Anyone on here have any experience with E-Rad conversation kits? I might be trading some snow sports gear for a Krampus with a 1000 watt kit rigged up on it. Any perspective/opinions would certainly be welcome.


----------



## Bigwheel (Jan 12, 2004)

No experience with that kit but looks like a typical kit mid-drive udder mount with cadence sensing PAS. However I have always been curious about a 29+ eBike setup and how that would perform but have thinking more about a FS version.


----------



## PierreR (May 17, 2012)

At 1000 watts its not legal anywhere except private property. Unless it can be programed for legal wattage I would pass.

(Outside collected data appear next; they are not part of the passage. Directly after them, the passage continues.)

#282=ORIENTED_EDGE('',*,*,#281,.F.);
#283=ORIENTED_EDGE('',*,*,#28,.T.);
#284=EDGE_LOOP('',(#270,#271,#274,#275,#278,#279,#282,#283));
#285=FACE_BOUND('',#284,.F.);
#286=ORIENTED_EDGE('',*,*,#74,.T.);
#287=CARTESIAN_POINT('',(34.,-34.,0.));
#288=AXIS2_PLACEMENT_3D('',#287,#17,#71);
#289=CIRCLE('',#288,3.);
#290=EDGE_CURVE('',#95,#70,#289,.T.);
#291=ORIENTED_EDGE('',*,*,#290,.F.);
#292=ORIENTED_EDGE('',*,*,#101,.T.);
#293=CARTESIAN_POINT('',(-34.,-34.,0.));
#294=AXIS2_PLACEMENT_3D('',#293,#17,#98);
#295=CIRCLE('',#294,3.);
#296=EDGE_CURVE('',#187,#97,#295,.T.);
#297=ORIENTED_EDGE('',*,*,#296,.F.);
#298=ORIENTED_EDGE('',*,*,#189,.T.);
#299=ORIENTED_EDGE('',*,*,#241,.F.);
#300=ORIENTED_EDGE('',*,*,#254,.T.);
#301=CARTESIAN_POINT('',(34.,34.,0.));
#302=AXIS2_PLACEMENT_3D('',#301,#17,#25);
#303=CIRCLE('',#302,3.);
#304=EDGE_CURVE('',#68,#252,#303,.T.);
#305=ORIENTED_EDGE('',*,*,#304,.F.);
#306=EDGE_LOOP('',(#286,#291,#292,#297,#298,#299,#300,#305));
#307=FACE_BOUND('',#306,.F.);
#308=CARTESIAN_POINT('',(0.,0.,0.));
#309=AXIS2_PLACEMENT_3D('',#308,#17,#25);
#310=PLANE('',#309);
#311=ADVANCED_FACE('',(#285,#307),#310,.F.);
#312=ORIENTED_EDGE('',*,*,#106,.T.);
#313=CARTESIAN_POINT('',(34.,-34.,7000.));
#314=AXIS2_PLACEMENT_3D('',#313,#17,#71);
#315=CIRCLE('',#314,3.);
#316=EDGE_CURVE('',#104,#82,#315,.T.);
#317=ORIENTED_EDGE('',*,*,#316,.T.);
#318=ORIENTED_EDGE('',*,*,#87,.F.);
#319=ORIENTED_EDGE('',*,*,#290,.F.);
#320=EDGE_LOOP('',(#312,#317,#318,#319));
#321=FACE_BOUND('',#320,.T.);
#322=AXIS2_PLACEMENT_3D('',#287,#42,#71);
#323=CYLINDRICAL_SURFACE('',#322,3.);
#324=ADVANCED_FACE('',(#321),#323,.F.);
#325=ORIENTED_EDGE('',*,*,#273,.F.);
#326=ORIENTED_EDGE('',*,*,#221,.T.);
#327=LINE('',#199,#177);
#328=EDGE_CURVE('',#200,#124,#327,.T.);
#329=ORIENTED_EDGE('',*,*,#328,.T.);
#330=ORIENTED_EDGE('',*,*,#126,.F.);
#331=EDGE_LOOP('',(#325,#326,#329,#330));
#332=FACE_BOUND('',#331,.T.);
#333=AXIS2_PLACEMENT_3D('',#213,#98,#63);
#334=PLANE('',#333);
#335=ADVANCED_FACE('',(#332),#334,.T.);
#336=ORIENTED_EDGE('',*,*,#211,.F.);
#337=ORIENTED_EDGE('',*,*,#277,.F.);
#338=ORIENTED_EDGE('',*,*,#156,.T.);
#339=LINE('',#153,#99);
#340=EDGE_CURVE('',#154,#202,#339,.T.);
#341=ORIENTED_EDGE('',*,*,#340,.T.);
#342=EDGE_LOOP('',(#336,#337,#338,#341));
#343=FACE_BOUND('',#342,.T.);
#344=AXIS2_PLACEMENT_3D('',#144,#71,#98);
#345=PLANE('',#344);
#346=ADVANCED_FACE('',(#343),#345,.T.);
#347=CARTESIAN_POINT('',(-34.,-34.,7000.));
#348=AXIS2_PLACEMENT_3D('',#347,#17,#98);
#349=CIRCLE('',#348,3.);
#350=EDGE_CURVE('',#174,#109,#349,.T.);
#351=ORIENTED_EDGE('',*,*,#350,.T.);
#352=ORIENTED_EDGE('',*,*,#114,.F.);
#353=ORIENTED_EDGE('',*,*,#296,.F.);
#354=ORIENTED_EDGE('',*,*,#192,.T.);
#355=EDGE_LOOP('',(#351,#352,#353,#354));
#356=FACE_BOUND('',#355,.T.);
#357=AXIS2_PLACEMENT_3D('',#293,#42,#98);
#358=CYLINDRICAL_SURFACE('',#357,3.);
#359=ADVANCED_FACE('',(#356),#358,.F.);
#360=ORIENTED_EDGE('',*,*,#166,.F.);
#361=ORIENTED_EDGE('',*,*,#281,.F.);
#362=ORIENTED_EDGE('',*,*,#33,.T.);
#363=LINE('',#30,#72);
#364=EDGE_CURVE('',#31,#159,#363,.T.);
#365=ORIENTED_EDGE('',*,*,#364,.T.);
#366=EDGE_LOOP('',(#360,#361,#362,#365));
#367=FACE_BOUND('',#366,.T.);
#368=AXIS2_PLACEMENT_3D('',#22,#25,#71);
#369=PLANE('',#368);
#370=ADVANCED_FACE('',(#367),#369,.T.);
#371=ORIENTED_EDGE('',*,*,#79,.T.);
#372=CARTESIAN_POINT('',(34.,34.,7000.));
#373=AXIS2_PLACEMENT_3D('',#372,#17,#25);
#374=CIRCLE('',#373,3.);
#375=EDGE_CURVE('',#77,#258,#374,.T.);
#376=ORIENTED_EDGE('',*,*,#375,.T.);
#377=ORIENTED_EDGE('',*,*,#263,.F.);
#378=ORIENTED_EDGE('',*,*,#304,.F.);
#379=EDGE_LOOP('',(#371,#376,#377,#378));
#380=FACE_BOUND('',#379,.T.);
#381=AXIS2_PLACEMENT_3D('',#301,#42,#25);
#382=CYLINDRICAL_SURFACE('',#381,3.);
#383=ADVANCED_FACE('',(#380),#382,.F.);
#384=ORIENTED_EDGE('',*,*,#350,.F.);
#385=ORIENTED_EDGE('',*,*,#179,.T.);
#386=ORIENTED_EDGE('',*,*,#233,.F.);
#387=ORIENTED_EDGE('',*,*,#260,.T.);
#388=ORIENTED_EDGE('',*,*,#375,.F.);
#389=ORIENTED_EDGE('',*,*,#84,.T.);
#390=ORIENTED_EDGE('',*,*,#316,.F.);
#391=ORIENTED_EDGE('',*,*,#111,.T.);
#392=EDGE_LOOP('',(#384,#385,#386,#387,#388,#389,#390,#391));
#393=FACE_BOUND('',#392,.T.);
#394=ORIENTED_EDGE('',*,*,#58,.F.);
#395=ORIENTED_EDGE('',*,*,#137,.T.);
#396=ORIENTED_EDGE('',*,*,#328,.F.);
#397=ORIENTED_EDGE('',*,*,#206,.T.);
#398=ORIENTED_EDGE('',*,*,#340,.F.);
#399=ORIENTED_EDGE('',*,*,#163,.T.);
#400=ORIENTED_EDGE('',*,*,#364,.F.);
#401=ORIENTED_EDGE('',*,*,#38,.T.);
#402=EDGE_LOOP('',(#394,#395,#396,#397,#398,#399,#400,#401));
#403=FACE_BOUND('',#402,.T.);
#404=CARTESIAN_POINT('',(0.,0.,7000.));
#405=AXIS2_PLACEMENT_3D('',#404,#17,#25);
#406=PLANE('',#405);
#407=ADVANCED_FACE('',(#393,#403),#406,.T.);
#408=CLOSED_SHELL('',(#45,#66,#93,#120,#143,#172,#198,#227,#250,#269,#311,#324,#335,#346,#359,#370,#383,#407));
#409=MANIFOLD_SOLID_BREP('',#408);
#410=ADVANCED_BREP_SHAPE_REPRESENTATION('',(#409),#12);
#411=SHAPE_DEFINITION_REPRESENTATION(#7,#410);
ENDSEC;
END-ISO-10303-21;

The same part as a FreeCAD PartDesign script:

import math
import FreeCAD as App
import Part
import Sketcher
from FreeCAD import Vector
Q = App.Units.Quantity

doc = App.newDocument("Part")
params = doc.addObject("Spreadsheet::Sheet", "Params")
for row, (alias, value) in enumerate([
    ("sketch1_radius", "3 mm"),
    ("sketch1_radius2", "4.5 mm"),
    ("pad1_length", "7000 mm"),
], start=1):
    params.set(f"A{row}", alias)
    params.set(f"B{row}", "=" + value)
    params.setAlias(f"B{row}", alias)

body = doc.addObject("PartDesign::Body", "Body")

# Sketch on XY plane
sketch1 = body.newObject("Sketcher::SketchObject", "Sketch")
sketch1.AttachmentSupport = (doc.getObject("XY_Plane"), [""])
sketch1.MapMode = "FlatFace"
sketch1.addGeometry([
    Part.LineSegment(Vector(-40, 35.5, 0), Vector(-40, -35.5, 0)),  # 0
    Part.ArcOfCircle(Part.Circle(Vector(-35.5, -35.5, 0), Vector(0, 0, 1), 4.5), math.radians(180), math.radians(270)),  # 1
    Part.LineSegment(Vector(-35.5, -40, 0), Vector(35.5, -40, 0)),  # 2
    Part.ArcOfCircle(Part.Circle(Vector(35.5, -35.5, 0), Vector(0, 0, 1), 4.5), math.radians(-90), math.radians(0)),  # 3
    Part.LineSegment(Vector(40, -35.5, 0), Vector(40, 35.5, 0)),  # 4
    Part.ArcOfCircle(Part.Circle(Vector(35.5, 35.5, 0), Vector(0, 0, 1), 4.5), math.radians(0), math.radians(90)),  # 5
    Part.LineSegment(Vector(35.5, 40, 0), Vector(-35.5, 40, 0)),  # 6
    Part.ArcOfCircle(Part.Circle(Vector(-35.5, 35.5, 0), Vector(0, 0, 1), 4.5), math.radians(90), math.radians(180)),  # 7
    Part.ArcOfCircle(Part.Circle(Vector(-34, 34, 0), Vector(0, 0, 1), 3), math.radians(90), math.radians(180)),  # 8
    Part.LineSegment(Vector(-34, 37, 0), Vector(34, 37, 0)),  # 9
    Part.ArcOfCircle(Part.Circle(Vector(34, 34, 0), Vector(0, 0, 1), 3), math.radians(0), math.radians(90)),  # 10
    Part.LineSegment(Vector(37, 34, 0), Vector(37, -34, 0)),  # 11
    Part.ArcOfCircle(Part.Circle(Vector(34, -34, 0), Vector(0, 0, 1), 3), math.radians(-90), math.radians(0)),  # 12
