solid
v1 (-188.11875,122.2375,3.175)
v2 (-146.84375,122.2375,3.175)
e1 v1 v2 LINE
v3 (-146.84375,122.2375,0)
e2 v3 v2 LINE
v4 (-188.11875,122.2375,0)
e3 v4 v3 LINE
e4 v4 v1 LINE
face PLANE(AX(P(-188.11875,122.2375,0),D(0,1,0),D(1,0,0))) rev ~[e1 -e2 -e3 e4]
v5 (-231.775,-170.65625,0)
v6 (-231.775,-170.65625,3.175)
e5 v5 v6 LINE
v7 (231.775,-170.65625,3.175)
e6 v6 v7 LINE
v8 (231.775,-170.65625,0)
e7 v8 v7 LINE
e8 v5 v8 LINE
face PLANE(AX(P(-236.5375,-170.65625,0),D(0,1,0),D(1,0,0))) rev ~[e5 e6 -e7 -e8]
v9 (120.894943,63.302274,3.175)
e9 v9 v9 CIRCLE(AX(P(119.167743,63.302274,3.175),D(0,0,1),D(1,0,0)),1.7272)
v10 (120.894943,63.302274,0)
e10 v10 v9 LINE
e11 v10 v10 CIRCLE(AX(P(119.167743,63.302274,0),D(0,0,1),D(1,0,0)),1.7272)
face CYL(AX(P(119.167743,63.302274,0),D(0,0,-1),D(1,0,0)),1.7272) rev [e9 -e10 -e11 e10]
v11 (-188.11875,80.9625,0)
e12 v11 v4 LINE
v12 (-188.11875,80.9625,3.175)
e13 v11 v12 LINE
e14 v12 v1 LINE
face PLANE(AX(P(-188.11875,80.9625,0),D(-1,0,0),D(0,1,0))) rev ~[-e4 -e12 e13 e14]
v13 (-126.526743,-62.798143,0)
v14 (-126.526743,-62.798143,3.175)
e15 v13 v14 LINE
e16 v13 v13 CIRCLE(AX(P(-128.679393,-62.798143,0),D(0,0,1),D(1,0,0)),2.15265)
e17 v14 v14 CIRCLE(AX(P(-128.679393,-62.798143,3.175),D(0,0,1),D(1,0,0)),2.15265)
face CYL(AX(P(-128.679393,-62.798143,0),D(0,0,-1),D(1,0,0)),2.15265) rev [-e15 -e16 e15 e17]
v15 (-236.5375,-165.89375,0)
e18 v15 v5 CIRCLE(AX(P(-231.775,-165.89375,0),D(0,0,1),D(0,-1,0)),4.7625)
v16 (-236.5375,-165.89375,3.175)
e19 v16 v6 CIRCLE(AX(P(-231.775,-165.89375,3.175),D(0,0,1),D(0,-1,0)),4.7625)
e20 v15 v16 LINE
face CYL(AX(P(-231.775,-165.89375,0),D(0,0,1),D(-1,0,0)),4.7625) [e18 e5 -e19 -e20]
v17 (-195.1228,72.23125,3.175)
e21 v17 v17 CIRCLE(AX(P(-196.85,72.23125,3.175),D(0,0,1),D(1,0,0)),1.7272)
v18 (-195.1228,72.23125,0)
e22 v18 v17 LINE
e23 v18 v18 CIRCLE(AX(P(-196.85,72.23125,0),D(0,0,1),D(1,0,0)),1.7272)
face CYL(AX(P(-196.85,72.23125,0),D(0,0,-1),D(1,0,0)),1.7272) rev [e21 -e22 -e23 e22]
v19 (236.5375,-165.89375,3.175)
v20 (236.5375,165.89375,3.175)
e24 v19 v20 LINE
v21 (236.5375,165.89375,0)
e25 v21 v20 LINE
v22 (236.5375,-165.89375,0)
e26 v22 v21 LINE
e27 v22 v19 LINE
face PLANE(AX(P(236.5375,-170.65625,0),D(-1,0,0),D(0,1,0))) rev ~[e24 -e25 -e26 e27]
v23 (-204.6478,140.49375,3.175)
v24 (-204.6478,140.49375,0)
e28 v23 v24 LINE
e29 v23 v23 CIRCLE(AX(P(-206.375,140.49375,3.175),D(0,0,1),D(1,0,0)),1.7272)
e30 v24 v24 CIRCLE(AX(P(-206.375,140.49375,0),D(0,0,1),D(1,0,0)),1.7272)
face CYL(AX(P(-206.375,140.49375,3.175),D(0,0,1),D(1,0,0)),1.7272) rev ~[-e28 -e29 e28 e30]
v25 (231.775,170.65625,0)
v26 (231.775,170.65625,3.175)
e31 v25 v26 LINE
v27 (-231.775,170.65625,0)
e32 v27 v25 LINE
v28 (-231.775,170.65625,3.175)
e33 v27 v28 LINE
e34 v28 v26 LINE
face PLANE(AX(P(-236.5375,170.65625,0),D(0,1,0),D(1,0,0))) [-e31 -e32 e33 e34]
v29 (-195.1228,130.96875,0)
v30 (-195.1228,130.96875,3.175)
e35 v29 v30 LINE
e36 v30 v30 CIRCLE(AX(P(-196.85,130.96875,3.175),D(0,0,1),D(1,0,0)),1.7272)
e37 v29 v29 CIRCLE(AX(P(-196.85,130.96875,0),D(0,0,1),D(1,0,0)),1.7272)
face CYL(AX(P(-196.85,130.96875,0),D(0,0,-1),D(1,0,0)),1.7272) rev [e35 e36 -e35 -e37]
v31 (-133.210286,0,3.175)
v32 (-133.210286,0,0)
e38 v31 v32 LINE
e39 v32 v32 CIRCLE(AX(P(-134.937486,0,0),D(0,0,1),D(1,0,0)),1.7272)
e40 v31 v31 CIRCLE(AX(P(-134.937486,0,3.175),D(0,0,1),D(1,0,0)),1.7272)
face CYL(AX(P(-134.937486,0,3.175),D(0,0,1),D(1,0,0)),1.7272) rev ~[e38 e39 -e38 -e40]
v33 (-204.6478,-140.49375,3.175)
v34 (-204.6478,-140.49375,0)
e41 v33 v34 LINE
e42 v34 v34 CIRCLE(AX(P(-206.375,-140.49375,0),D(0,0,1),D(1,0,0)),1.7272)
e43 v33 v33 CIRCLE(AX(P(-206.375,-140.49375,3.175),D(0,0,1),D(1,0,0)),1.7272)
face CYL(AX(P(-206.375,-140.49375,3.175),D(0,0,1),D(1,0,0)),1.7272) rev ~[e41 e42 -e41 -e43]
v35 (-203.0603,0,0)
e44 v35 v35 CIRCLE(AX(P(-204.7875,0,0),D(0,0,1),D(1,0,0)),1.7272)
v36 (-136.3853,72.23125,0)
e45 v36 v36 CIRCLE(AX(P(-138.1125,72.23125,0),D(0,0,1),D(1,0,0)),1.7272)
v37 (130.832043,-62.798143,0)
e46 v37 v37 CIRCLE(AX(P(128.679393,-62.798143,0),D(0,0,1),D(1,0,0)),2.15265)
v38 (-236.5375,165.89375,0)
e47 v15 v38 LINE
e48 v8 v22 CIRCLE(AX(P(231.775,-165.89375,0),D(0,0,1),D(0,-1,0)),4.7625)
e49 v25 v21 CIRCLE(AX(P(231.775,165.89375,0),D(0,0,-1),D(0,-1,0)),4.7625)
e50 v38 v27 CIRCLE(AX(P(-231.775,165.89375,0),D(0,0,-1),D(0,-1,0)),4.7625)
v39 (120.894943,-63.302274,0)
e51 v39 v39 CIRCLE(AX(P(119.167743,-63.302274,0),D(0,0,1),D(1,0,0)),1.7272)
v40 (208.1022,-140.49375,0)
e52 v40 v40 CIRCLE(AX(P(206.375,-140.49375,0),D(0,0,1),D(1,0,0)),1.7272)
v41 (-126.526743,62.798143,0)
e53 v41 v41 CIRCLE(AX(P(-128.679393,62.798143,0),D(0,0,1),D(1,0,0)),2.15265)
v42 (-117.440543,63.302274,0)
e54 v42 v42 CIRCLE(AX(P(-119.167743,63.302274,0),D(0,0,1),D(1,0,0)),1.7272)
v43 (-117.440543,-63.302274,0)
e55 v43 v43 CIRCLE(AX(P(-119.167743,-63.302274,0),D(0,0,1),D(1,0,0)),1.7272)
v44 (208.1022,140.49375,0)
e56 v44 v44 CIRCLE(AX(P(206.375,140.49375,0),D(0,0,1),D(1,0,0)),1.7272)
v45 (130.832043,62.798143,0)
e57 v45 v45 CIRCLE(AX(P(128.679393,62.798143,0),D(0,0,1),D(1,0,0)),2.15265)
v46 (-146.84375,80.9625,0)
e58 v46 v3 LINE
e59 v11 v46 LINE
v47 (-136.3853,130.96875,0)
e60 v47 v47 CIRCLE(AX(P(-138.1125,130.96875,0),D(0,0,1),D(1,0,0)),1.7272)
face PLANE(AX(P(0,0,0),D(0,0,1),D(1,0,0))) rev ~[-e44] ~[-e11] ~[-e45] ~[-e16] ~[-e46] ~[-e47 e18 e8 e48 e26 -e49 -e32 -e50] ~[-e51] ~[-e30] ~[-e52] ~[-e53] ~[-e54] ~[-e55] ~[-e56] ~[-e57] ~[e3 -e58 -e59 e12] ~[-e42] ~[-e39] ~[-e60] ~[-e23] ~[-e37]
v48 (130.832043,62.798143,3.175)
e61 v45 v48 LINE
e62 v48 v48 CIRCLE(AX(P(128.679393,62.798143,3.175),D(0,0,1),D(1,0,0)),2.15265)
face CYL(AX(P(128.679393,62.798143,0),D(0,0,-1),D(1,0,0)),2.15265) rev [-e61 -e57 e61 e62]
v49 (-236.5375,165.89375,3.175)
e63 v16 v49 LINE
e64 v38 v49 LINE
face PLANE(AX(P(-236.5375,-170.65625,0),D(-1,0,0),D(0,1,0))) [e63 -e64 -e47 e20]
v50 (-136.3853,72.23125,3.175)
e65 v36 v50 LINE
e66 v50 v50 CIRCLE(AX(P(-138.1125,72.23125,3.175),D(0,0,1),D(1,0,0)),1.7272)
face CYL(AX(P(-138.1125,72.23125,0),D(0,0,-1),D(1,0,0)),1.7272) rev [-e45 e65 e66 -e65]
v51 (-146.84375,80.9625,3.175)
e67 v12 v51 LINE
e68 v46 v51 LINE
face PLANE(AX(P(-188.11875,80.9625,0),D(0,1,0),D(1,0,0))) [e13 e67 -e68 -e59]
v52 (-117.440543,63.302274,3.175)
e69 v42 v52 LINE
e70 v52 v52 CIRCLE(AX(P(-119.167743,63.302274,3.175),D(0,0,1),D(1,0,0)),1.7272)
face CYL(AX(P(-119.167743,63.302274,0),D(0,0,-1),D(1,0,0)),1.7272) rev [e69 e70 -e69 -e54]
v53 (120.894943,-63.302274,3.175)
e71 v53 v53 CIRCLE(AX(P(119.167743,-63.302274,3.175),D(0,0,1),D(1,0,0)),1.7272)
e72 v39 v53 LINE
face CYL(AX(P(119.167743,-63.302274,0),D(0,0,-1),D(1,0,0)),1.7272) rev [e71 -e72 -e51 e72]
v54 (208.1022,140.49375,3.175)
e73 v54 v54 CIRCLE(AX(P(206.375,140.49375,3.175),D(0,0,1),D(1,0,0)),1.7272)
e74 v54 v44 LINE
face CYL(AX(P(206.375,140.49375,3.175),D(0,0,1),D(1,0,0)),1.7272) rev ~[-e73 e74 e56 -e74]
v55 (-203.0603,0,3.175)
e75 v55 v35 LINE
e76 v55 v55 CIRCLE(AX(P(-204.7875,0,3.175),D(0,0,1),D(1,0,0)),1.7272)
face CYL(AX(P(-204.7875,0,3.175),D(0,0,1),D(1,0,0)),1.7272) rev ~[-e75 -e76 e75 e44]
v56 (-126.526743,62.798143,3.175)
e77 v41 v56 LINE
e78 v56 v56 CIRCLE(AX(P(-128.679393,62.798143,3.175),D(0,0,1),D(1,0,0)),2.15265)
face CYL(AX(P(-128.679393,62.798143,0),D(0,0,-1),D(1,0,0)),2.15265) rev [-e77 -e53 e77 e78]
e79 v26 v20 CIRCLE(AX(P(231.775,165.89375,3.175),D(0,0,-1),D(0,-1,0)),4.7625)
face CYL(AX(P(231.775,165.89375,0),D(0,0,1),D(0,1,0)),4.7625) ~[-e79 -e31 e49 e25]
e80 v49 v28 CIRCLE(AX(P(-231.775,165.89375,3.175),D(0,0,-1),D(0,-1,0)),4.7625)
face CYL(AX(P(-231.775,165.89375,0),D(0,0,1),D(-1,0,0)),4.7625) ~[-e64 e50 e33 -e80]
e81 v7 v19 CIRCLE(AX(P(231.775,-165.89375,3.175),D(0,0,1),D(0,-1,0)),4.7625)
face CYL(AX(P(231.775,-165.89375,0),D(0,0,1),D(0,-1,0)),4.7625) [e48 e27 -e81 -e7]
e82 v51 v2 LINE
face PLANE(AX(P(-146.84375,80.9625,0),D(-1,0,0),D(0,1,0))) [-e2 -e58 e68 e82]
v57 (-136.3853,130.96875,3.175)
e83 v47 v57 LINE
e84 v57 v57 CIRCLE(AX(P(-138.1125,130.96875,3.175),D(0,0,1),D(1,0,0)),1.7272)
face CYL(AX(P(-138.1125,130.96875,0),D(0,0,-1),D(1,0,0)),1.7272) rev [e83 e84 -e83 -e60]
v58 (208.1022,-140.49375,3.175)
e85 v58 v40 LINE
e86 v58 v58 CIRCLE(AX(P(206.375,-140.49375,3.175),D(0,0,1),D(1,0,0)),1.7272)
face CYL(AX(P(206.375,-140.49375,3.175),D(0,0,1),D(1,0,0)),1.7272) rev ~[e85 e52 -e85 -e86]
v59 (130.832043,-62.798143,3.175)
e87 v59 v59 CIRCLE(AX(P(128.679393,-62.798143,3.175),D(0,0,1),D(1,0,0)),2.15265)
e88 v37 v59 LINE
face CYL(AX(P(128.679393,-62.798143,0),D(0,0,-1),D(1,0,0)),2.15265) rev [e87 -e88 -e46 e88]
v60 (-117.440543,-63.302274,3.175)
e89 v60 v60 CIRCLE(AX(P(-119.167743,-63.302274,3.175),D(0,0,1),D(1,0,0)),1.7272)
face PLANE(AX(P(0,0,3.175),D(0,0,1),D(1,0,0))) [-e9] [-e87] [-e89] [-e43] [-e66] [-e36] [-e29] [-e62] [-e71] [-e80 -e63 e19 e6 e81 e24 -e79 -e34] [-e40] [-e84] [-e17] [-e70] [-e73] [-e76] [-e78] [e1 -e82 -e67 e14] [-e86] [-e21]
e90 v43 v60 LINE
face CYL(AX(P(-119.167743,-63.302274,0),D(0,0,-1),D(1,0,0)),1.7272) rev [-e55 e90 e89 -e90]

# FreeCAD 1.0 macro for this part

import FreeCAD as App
import Part
import Sketcher
from FreeCAD import Vector
Q = App.Units.Quantity


def edges_at(feature, points):
    """Names of the edges that pass closest to the given points."""
    edges = feature.Shape.Edges
    near = lambda p: min(range(len(edges)), key=lambda i: edges[i].distToShape(Part.Vertex(*p))[0])
    return sorted({f"Edge{near(p) + 1}" for p in points})


def add_polygon(sketch, points):
    """Adds a closed chain of lines whose ends are joined by coincident constraints."""
    first, n = sketch.GeometryCount, len(points)
    for a, b in zip(points, points[1:] + points[:1]):
        sketch.addGeometry(Part.LineSegment(App.Vector(*a, 0), App.Vector(*b, 0)), False)
    for i in range(n):
        sketch.addConstraint(Sketcher.Constraint("Coincident", first + i, 2, first + (i + 1) % n, 1))

doc = App.newDocument("Part")
body = doc.addObject("PartDesign::Body", "Body")

# Sketch on XY plane
sketch1 = doc.addObject("Sketcher::SketchObject", "Sketch")
body.addObject(sketch1)
sketch1.AttachmentSupport = (doc.XY_Plane, [""])
sketch1.MapMode = "FlatFace"
add_polygon(sketch1, [(-236.5375, 170.65625), (-236.5375, -170.65625), (236.5375, -170.65625), (236.5375, 170.65625)])  # lines 0-3
sketch1.addGeometry(Part.Circle(Vector(-128.679393, -62.798143, 0), Vector(0, 0, 1), 2.15265), False)  # 4
sketch1.addGeometry(Part.Circle(Vector(-119.167743, -63.302274, 0), Vector(0, 0, 1), 1.7272), False)  # 5
sketch1.addGeometry(Part.Circle(Vector(119.167743, -63.302274, 0), Vector(0, 0, 1), 1.7272), False)  # 6
sketch1.addGeometry(Part.Circle(Vector(128.679393, -62.798143, 0), Vector(0, 0, 1), 2.15265), False)  # 7
sketch1.addGeometry(Part.Circle(Vector(-196.85, 72.23125, 0), Vector(0, 0, 1), 1.7272), False)  # 8
sketch1.addGeometry(Part.Circle(Vector(-128.679393, 62.798143, 0), Vector(0, 0, 1), 2.15265), False)  # 9
sketch1.addGeometry(Part.Circle(Vector(-119.167743, 63.302274, 0), Vector(0, 0, 1), 1.7272), False)  # 10
sketch1.addGeometry(Part.Circle(Vector(-138.1125, 72.23125, 0), Vector(0, 0, 1), 1.7272), False)  # 11
add_polygon(sketch1, [(-146.84375, 80.9625), (-188.11875, 80.9625), (-188.11875, 122.2375), (-146.84375, 122.2375)])  # lines 12-15
sketch1.addGeometry(Part.Circle(Vector(-196.85, 130.96875, 0), Vector(0, 0, 1), 1.7272), False)  # 16
sketch1.addGeometry(Part.Circle(Vector(-138.1125, 130.96875, 0), Vector(0, 0, 1), 1.7272), False)  # 17
sketch1.addGeometry(Part.Circle(Vector(119.167743, 63.302274, 0), Vector(0, 0, 1), 1.7272), False)  # 18
sketch1.addGeometry(Part.Circle(Vector(128.679393, 62.798143, 0), Vector(0, 0, 1), 2.15265), False)  # 19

If it is a Bafang motor you should be able to program it much lower and its much more user friendly at lower powers because the power jumps are much closer together.. The BBSHD can overheat pretty fast at high power levels. It will last forever at 750 watts max motor output. That is about 1000 watts of pull from the battery max. That is about 20 amps.


----------



## mtbbiker (Apr 8, 2004)

Sorry locking thread. We only talk about 750watts or less here. Thanks for understanding. 


Sent from my iPhone using Tapatalk


----------